Traditional soil surveys were accompanied by interpretations with a qualitative, empirical, and static character: soils have "moderate limitations for a given form of land use." This information has been valuable for broad land-use questions on a regional or nationals scale. UN-Sustainable Development Goals in 2015 and the EU-Green Deal in 2019 require multifunctional land use, where not only production of healthy food is important but where also the quality of ground- and surface-water is considered, as well as carbon capture for climate mitigation and biodiversity preservation. All these demands correspond with a series of soil functions and related soil ecosystem services - varying in space and time - to be provided to society. Obviously, the traditional interpretations of soil survey reports can't provide this type of information, but Soil Taxonomy can still be relevant in a modern context. A comprehensive systems analysis is needed and soil-water-atmosphere-plant simulation models are essential to improve assessment of soil moisture regime and for developing alternative land-use options that satisfy the often-contrasting demands of the various ecosystem services (e.g., for provisioning and regulating).

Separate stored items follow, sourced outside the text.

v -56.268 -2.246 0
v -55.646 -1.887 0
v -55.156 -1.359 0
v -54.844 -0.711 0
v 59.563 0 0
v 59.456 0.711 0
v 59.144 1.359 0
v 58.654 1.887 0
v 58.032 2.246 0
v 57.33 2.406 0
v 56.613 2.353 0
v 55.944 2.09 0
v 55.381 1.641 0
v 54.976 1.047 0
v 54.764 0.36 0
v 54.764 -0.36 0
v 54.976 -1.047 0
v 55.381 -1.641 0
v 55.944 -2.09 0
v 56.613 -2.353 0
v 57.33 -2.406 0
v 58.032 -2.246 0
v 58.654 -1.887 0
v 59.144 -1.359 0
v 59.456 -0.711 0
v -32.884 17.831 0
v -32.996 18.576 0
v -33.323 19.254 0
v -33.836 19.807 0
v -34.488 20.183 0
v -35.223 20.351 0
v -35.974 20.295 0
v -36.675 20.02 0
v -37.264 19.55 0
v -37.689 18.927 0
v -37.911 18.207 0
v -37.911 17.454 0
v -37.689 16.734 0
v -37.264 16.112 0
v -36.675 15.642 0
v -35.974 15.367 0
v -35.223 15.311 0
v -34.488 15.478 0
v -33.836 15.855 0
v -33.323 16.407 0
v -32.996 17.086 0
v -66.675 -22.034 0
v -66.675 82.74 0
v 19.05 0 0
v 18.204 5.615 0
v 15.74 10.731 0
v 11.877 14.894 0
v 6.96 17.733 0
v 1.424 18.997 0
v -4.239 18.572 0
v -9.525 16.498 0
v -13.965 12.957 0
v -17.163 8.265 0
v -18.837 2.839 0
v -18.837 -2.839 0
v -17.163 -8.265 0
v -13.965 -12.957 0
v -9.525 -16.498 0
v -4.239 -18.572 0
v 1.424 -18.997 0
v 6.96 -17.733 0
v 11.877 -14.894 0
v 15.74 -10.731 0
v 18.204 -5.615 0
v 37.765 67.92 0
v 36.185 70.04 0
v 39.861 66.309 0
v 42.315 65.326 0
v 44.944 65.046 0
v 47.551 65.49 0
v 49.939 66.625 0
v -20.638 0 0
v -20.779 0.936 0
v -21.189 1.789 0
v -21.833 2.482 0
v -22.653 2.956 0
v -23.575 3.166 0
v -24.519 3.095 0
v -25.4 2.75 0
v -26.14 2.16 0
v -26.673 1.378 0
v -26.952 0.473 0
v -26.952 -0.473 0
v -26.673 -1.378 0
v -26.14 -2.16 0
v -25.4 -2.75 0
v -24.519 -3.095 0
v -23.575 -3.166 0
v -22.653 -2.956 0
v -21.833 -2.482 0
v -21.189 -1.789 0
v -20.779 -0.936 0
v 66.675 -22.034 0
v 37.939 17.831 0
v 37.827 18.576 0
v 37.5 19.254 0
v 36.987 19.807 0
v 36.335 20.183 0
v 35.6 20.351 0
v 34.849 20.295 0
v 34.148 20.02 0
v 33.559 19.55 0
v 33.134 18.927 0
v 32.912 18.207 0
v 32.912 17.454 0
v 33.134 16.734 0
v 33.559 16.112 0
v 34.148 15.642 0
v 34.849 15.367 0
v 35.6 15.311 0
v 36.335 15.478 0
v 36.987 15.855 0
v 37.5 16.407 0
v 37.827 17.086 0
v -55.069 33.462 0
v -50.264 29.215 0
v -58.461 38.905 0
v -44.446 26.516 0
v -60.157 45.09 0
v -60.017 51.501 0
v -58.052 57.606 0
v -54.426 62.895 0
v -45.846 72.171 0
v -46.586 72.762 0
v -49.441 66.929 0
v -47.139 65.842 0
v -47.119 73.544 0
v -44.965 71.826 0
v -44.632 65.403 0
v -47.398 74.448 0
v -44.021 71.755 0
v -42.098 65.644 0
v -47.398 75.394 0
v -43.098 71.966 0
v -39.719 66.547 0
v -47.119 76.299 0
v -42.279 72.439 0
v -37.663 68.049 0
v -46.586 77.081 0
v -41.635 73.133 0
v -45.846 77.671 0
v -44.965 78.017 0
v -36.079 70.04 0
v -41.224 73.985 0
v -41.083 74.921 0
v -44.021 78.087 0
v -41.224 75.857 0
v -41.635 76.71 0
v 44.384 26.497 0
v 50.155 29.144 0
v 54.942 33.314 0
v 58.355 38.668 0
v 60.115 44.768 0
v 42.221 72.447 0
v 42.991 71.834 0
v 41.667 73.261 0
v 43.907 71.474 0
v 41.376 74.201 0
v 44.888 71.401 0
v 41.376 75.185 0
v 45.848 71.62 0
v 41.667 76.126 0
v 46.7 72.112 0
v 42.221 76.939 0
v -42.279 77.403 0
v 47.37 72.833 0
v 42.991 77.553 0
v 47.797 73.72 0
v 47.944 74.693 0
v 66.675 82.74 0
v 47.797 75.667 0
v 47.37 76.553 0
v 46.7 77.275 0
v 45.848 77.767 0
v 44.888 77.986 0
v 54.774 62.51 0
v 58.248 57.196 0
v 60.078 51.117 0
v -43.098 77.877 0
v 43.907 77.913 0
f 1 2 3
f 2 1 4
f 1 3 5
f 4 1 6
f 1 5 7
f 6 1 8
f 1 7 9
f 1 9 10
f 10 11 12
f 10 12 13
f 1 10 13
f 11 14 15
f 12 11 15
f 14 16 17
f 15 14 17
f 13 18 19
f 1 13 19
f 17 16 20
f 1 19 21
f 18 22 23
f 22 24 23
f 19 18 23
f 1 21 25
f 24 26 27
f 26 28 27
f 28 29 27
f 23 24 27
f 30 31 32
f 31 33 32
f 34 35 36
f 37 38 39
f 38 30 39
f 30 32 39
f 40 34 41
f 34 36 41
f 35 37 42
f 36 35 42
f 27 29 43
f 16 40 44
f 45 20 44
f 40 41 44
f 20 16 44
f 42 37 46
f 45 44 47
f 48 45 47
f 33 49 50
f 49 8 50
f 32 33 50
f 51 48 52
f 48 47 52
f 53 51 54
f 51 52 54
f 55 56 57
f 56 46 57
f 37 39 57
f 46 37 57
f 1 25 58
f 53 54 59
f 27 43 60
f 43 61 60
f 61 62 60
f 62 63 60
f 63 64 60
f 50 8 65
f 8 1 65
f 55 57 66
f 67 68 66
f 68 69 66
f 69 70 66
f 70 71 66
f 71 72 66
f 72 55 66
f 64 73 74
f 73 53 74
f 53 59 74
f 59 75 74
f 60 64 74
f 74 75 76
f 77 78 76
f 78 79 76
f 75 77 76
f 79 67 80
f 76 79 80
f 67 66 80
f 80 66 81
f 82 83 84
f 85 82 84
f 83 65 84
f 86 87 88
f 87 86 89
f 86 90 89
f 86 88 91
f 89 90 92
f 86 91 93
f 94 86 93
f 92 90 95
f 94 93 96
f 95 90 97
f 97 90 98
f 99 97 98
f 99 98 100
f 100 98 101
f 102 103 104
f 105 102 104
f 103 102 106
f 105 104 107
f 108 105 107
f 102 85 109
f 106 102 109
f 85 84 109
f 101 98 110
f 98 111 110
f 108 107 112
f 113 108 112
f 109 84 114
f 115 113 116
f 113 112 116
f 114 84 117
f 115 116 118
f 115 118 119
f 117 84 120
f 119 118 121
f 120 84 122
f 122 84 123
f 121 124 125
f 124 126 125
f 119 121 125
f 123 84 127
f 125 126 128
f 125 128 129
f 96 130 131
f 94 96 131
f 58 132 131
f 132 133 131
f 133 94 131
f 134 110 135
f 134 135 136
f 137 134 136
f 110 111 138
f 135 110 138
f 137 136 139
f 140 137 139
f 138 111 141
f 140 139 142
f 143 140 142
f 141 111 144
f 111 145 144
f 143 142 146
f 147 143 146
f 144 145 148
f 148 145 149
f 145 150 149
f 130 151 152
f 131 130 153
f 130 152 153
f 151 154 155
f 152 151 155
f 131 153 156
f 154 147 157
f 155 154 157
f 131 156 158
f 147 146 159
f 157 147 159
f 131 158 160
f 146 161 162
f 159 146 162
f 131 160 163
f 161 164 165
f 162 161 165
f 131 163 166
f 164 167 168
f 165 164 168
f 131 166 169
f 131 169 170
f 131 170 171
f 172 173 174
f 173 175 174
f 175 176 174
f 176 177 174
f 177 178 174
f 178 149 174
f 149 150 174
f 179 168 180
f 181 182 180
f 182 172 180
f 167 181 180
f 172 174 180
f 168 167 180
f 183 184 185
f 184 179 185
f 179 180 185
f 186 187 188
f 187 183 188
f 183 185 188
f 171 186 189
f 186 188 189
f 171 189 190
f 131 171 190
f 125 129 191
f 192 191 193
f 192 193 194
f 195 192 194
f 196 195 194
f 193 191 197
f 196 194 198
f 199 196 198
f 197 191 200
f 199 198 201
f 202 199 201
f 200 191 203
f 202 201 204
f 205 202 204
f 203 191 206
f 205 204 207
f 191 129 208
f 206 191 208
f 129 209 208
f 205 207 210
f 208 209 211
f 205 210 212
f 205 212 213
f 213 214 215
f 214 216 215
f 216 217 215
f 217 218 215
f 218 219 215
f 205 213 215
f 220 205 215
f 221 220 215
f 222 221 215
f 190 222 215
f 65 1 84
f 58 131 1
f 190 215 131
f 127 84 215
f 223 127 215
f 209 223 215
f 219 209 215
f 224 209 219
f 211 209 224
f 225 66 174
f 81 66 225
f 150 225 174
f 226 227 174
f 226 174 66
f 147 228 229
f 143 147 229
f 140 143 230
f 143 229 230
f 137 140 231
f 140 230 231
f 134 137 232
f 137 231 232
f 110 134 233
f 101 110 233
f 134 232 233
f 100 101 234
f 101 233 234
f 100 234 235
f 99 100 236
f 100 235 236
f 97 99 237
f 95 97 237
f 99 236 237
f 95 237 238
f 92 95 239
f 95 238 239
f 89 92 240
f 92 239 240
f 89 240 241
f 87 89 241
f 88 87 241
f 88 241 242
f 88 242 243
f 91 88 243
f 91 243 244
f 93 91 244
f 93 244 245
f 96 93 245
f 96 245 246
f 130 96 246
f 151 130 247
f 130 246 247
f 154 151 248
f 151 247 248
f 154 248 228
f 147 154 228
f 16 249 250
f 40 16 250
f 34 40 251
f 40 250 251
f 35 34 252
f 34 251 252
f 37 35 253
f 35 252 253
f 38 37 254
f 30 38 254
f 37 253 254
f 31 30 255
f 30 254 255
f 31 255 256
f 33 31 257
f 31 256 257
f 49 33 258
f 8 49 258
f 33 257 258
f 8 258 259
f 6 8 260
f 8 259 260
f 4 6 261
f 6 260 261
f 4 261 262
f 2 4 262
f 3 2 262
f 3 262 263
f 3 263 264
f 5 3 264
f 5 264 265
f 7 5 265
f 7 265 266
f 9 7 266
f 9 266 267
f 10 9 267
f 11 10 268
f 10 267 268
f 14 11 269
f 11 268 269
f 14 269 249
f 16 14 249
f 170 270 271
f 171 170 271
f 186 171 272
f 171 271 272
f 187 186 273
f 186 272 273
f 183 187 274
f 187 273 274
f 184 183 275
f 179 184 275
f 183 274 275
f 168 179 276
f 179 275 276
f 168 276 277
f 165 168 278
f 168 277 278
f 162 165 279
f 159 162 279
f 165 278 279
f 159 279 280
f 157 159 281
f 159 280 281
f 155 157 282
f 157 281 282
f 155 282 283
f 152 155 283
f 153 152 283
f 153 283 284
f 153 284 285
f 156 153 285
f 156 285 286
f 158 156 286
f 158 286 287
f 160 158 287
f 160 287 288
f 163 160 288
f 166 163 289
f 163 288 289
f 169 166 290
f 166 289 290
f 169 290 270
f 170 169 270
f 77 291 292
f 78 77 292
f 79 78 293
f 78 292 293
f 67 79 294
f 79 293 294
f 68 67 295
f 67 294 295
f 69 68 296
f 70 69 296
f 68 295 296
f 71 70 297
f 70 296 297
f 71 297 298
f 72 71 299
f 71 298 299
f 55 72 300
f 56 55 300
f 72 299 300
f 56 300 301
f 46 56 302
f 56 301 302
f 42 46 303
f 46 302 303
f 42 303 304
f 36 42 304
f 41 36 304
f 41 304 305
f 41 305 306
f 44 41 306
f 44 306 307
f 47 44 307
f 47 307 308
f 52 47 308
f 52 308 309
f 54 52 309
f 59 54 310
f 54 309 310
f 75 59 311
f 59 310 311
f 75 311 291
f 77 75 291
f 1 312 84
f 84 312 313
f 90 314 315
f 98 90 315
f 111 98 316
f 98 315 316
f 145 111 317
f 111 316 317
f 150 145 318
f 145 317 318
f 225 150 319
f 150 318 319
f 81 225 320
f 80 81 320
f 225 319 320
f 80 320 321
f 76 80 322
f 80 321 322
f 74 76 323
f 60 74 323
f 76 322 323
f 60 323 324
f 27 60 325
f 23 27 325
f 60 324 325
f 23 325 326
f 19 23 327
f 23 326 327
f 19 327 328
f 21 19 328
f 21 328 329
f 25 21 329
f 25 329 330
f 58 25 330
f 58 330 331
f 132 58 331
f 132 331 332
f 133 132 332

Examples will be shown where models express the effects of several forms of soil degradation: compaction, organic matter depletion and erosion, showing that different soil types show significantly different forms of behaviour illustrating the potential of using soil types as "carriers" of essential information to define suitable management procedures resulting in sustainable development. Two special applications of the models that produce unique and essential results, are illustrated: (i) exploratory studies to assess the effects of climate change and (ii) the important effect of soil properties on the quality of wines. These examples show again that soil types are excellent "carriers" of modern soil information providing a refreshed image for Soil Taxonomy.